What are Risk Weighted Assets
Why do banks have to hold equity?
23 May 2019
Equity is a prerequisite for a safe and sound banking sector. This is because banks take risks and can suffer losses if those risks materialize. In order to be on the safe side and to protect the deposits of their customers, banks must be able to absorb such losses and to survive even in difficult times. Bank equity is used for this.
But how much should a bank's equity be? That depends on the risks she's taking. The greater the risks, the more equity the bank needs. It is therefore very important that banks continuously assess existing risks and potential losses. These assessments are being critically examined by the banking supervisory authority. The supervisor is responsible for overseeing the financial health of banks, with capital adequacy reviews playing an important role.
What exactly is bank equity? How does it ensure safe banks in the long term? And how high does the equity capital of banks have to be?
What is Equity?
Put simply, equity is the money a bank has received from its shareholders and other investors. This also includes undistributed profits. So if a bank wants to increase its equity base, it can do so, for example, by issuing additional shares or by retaining profits instead of distributing them to shareholders in the form of dividends.
Overall, every bank has two sources of funding, namely equity and debt. Debt is the money that the bank has borrowed from its lenders and must repay. Debt capital includes, but is not limited to, customer deposits, debt securities issued, and bank loans.
The funds from these two sources are used by the bank in a variety of ways, for example to extend loans to customers or to make other investments.
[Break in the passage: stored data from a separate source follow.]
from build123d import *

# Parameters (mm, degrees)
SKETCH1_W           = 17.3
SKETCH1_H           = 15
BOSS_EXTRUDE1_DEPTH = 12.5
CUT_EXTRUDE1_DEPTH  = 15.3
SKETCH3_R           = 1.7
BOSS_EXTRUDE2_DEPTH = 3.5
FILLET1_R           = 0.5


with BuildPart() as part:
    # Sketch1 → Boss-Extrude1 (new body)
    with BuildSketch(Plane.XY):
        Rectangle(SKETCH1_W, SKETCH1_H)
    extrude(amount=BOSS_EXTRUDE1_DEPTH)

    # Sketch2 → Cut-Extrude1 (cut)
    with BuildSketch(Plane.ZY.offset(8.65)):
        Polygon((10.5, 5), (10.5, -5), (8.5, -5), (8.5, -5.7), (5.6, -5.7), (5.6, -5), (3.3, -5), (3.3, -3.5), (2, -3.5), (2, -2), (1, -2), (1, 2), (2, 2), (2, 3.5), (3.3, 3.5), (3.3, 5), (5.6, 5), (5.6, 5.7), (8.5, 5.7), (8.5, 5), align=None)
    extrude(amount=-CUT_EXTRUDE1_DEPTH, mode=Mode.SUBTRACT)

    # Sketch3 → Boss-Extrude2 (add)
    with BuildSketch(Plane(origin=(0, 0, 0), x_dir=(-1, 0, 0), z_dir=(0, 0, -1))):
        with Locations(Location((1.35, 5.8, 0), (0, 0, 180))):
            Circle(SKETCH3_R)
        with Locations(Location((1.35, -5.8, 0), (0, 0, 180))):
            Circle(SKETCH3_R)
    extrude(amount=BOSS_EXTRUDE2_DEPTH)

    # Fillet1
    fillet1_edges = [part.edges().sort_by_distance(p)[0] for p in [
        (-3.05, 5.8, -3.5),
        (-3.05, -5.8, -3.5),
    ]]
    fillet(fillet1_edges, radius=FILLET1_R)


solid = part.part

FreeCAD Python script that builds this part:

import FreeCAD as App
import Part
import Sketcher
from FreeCAD import Vector
Q = App.Units.Quantity


def edges_at(feature, points):
    """Names of the edges that pass closest to the given points."""
    edges = feature.Shape.Edges
    near = lambda p: min(range(len(edges)), key=lambda i: edges[i].distToShape(Part.Vertex(*p))[0])
    return sorted({f"Edge{near(p) + 1}" for p in points})

doc = App.newDocument("Part")
body = doc.addObject("PartDesign::Body", "Body")

# Sketch on XY plane
sketch1 = doc.addObject("Sketcher::SketchObject", "Sketch")
body.addObject(sketch1)
sketch1.AttachmentSupport = (doc.XY_Plane, [""])
sketch1.MapMode = "FlatFace"
sketch1.addGeometry(Part.LineSegment(Vector(-9, 8, 0), Vector(-9, -8, 0)), False)
sketch1.addGeometry(Part.LineSegment(Vector(-9, -8, 0), Vector(9, -8, 0)), False)
sketch1.addGeometry(Part.LineSegment(Vector(9, -8, 0), Vector(9, 8, 0)), False)
sketch1.addGeometry(Part.LineSegment(Vector(9, 8, 0), Vector(-9, 8, 0)), False)
sketch1.addConstraint(Sketcher.Constraint("Coincident", 0, 2, 1, 1))
sketch1.addConstraint(Sketcher.Constraint("Coincident", 1, 2, 2, 1))
sketch1.addConstraint(Sketcher.Constraint("Coincident", 2, 2, 3, 1))
sketch1.addConstraint(Sketcher.Constraint("Coincident", 3, 2, 0, 1))
sketch1.addConstraint(Sketcher.Constraint("Vertical", 0))
sketch1.addConstraint(Sketcher.Constraint("Horizontal", 1))
sketch1.addConstraint(Sketcher.Constraint("Vertical", 2))
sketch1.addConstraint(Sketcher.Constraint("Horizontal", 3))
sketch1.addConstraint(Sketcher.Constraint("Symmetric", 0, 2, 2, 2, -1, 1))
sketch1.addConstraint(Sketcher.Constraint("DistanceY", 0, 2, 0, 1, Q("15 mm")))
sketch1.addConstraint(Sketcher.Constraint("DistanceX", 1, 1, 1, 2, Q("17.3 mm")))
pad1 = doc.addObject("PartDesign::Pad", "Pad")
body.addObject(pad1)
pad1.Profile = sketch1
pad1.Length = 12.5

# Sketch on YZ plane
sketch2 = doc.addObject("Sketcher::SketchObject", "Sketch001")
body.addObject(sketch2)
sketch2.AttachmentSupport = (doc.YZ_Plane, [""])
sketch2.MapMode = "FlatFace"
sketch2.AttachmentOffset = App.Placement(Vector(0, 0, -8.65), App.Rotation())
sketch2.addGeometry(Part.LineSegment(Vector(-5, 10.5, 0), Vector(5, 10.5, 0)), False)
sketch2.addGeometry(Part.LineSegment(Vector(5, 10.5, 0), Vector(5, 8.5, 0)), False)
sketch2.addGeometry(Part.LineSegment(Vector(5, 8.5, 0), Vector(5.7, 8.5, 0)), False)
sketch2.addGeometry(Part.LineSegment(Vector(5.7, 8.5, 0), Vector(5.7, 5.6, 0)), False)
sketch2.addGeometry(Part.LineSegment(Vector(5.7, 5.6, 0), Vector(5, 5.6, 0)), False)
sketch2.addGeometry(Part.LineSegment(Vector(5, 5.6, 0), Vector(5, 3.3, 0)), False)
sketch2.addGeometry(Part.LineSegment(Vector(5, 3.3, 0), Vector(3.5, 3.3, 0)), False)
sketch2.addGeometry(Part.LineSegment(Vector(3.5, 3.3, 0), Vector(3.5, 2, 0)), False)
sketch2.addGeometry(Part.LineSegment(Vector(3.5, 2, 0), Vector(2, 2, 0)), False)
sketch2.addGeometry(Part.LineSegment(Vector(2, 2, 0), Vector(2, 1, 0)), False)
sketch2.addGeometry(Part.LineSegment(Vector(2, 1, 0), Vector(-2, 1, 0)), False)
sketch2.addGeometry(Part.LineSegment(Vector(-2, 1, 0), Vector(-2, 2, 0)), False)
sketch2.addGeometry(Part.LineSegment(Vector(-2, 2, 0), Vector(-3.5, 2, 0)), False)
sketch2.addGeometry(Part.LineSegment(Vector(-3.5, 2, 0), Vector(-3.5, 3.3, 0)), False)
sketch2.addGeometry(Part.LineSegment(Vector(-3.5, 3.3, 0), Vector(-5, 3.3, 0)), False)
sketch2.addGeometry(Part.LineSegment(Vector(-5, 3.3, 0), Vector(-5, 5.6, 0)), False)
sketch2.addGeometry(Part.LineSegment(Vector(-5, 5.6, 0), Vector(-5.7, 5.6, 0)), False)
sketch2.addGeometry(Part.LineSegment(Vector(-5.7, 5.6, 0), Vector(-5.7, 8.5, 0)), False)
sketch2.addGeometry(Part.LineSegment(Vector(-5.7, 8.5, 0), Vector(-5, 8.5, 0)), False)
sketch2.addGeometry(Part.LineSegment(Vector(-5, 8.5, 0), Vector(-5, 10.5, 0)), False)
sketch2.addConstraint(Sketcher.Constraint("Coincident", 0, 2, 1, 1))
sketch2.addConstraint(Sketcher.Constraint("Coincident", 1, 2, 2, 1))
sketch2.addConstraint(Sketcher.Constraint("Coincident", 2, 2, 3, 1))
sketch2.addConstraint(Sketcher.Constraint("Coincident", 3, 2, 4, 1))
sketch2.addConstraint(Sketcher.Constraint("Coincident", 4, 2, 5, 1))
sketch2.addConstraint(Sketcher.Constraint("Coincident", 5, 2, 6, 1))
sketch2.addConstraint(Sketcher.Constraint("Coincident", 6, 2, 7, 1))
sketch2.addConstraint(Sketcher.Constraint("Coincident", 7, 2, 8, 1))
sketch2.addConstraint(Sketcher.Constraint("Coincident", 8, 2, 9, 1))
sketch2.addConstraint(Sketcher.Constraint("Coincident", 9, 2, 10, 1))
sketch2.addConstraint(Sketcher.Constraint("Coincident", 10, 2, 11, 1))
sketch2.addConstraint(Sketcher.Constraint("Coincident", 11, 2, 12, 1))
sketch2.addConstraint(Sketcher.Constraint("Coincident", 12, 2, 13, 1))
sketch2.addConstraint(Sketcher.Constraint("Coincident", 13, 2, 14, 1))
sketch2.addConstraint(Sketcher.Constraint("Coincident", 14, 2, 15, 1))
sketch2.addConstraint(Sketcher.Constraint("Coincident", 15, 2, 16, 1))
sketch2.addConstraint(Sketcher.Constraint("Coincident", 16, 2, 17, 1))
sketch2.addConstraint(Sketcher.Constraint("Coincident", 17, 2, 18, 1))
sketch2.addConstraint(Sketcher.Constraint("Coincident", 18, 2, 19, 1))
sketch2.addConstraint(Sketcher.Constraint("Coincident", 19, 2, 0, 1))
sketch2.addConstraint(Sketcher.Constraint("Horizontal", 0))
sketch2.addConstraint(Sketcher.Constraint("Vertical", 1))
sketch2.addConstraint(Sketcher.Constraint("Horizontal", 2))
sketch2.addConstraint(Sketcher.Constraint("Vertical", 3))
sketch2.addConstraint(Sketcher.Constraint("Horizontal", 4))
sketch2.addConstraint(Sketcher.Constraint("Vertical", 5))
sketch2.addConstraint(Sketcher.Constraint("Horizontal", 6))
sketch2.addConstraint(Sketcher.Constraint("Vertical", 7))
sketch2.addConstraint(Sketcher.Constraint("Horizontal", 8))
sketch2.addConstraint(Sketcher.Constraint("Vertical", 9))
sketch2.addConstraint(Sketcher.Constraint("Horizontal", 10))
sketch2.addConstraint(Sketcher.Constraint("Vertical", 11))
sketch2.addConstraint(Sketcher.Constraint("Horizontal", 12))
sketch2.addConstraint(Sketcher.Constraint("Vertical", 13))
sketch2.addConstraint(Sketcher.Constraint("Horizontal", 14))
sketch2.addConstraint(Sketcher.Constraint("Vertical", 15))
sketch2.addConstraint(Sketcher.Constraint("Horizontal", 16))
sketch2.addConstraint(Sketcher.Constraint("Vertical", 17))
sketch2.addConstraint(Sketcher.Constraint("Horizontal", 18))
sketch2.addConstraint(Sketcher.Constraint("Vertical", 19))
sketch2.addConstraint(Sketcher.Constraint("Symmetric", 8, 2, 11, 2, -2))
sketch2.addConstraint(Sketcher.Constraint("Symmetric", 6, 2, 13, 2, -2))
sketch2.addConstraint(Sketcher.Constraint("Symmetric", 4, 2, 15, 2, -2))
sketch2.addConstraint(Sketcher.Constraint("Symmetric", 2, 2, 17, 2, -2))
sketch2.addConstraint(Sketcher.Constraint("Vertical", 1, 2, 4, 2))
sketch2.addConstraint(Sketcher.Constraint("Vertical", 15, 2, 18, 2))
sketch2.addConstraint(Sketcher.Constraint("Equal", 6, 8))
sketch2.addConstraint(Sketcher.Constraint("DistanceX", 0, 1, 0, 2, Q("10 mm")))
sketch2.addConstraint(Sketcher.Constraint("DistanceX", 10, 2, 10, 1, Q("4 mm")))
sketch2.addConstraint(Sketcher.Constraint("DistanceY", 1, 2, 1, 1, Q("2 mm")))
sketch2.addConstraint(Sketcher.Constraint("DistanceY", 9, 2, 9, 1, Q("1 mm")))
sketch2.addConstraint(Sketcher.Constraint("DistanceX", 2, 1, 2, 2, Q("0.7 mm")))
sketch2.addConstraint(Sketcher.Constraint("DistanceY", 3, 2, 3, 1, Q("2.9 mm")))
sketch2.addConstraint(Sketcher.Constraint("DistanceY", 5, 2, 5, 1, Q("2.3 mm")))
sketch2.addConstraint(Sketcher.Constraint("DistanceY", 7, 2, 7, 1, Q("1.3 mm")))
sketch2.addConstraint(Sketcher.Constraint("DistanceY", -1, 1, 7, 2, Q("2 mm")))
pocket1 = doc.addObject("PartDesign::Pocket", "Pocket")
body.addObject(pocket1)
pocket1.Profile = sketch2
pocket1.Length = 15.3
pocket1.Reversed = True

# Sketch on XY plane
sketch3 = doc.addObject("Sketcher::SketchObject", "Sketch002")
body.addObject(sketch3)
sketch3.AttachmentSupport = (doc.XY_Plane, [""])
sketch3.MapMode = "FlatFace"
sketch3.addGeometry(Part.Circle(Vector(-1.4, 5.8, 0), Vector(0, 0, 1), 1.7), False)
sketch3.addGeometry(Part.Circle(Vector(-1.4, -5.8, 0), Vector(0, 0, 1), 1.7), False)
sketch3.addConstraint(Sketcher.Constraint("Equal", 0, 1))
sketch3.addConstraint(Sketcher.Constraint("Symmetric", 0, 3, 1, 3, -1))
sketch3.addConstraint(Sketcher.Constraint("Diameter", 0, Q("3.4 mm")))
sketch3.addConstraint(Sketcher.Constraint("DistanceY", -1, 1, 0, 3, Q("5.8 mm")))
sketch3.addConstraint(Sketcher.Constraint("DistanceX", 0, 3, -1, 1, Q("1.35 mm")))
pad2 = doc.addObject("PartDesign::Pad", "Pad001")
body.addObject(pad2)
pad2.Profile = sketch3
pad2.Length = 3.5
pad2.Reversed = True
doc.recompute()

fillet = doc.addObject("PartDesign::Fillet", "Fillet")
body.addObject(fillet)
fillet.Base = (pad2, edges_at(pad2, [(-3.05, 5.8, -3.5), (-3.05, -5.8, -3.5)]))
fillet.Radius = 0.5

doc.recompute()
Together with the cash on hand, these loans and other investments constitute the bank's assets.
How does equity ensure safe banks in the long term?
Equity acts like a financial cushion against losses. For example, if numerous borrowers are suddenly unable to repay their loans or if some of the bank's investments lose value, the bank will suffer a loss. Without an equity cushion, it could even face bankruptcy. However, if the bank has a solid capital base, it will use this to absorb the loss, continue its business and be there for its customers.
How much equity do banks have to hold?
In the context of European banking supervision, the capital requirements for a bank consist of three main elements:
- the minimum capital requirements (pillar 1 requirements),
- an additional capital requirement (pillar 2 requirement)
- and the capital buffer requirements.
First, all banks that are subject to European banking supervision must comply with European legislation that sets the minimum capital requirement (Pillar 1 requirement) at 8% of the bank's risk-weighted assets. But what are risk-weighted assets? It is the total assets of a bank, multiplied by their respective risk factors (risk weights). The risk factors provide information about how risky an asset is. The less risky an asset is, the lower its risk-weighted amount and the less equity a bank needs to hold to cover the risk associated with the asset. For example, a mortgage loan secured by an apartment or house is less risky than an unsecured loan and therefore has a lower risk factor. As a result, the bank has to hold less equity for such a mortgage loan than for an unsecured loan.
Second, there is the additional capital requirement set by supervisors (Pillar 2 requirement). This is where European banking supervision comes into play. Supervisors of the ECB and the supervisory authorities of the participating countries take a close look at individual banks and assess the risks to which they are exposed. This takes place as part of an annual supervisory review and evaluation process (SREP). If the supervisors come to the conclusion that a bank's risks are not adequately covered by the minimum capital requirements, they will be asked to hold additional equity capital.
Both the minimum and the additional capital requirements are binding and non-compliance has legal consequences. These depend on how serious the violation is. For example, the regulator can ask the bank to develop a plan that illustrates how the capital requirements will be met again in the future. In the event of a very serious breach, the bank can lose its authorization.
According to the third capital requirement, banks must have additional buffers for different purposes (for general capital maintenance and for protection against cyclical and non-cyclical systemic risks).
In addition to these three types of capital requirements, the supervisors expect the banks to hold a certain amount of capital for periods of stress (Pillar 2 recommendations).
Banks should determine for themselves how much equity they need in addition to the amounts required by supervisory and regulatory authorities in order to pursue their business models on a sustainable basis.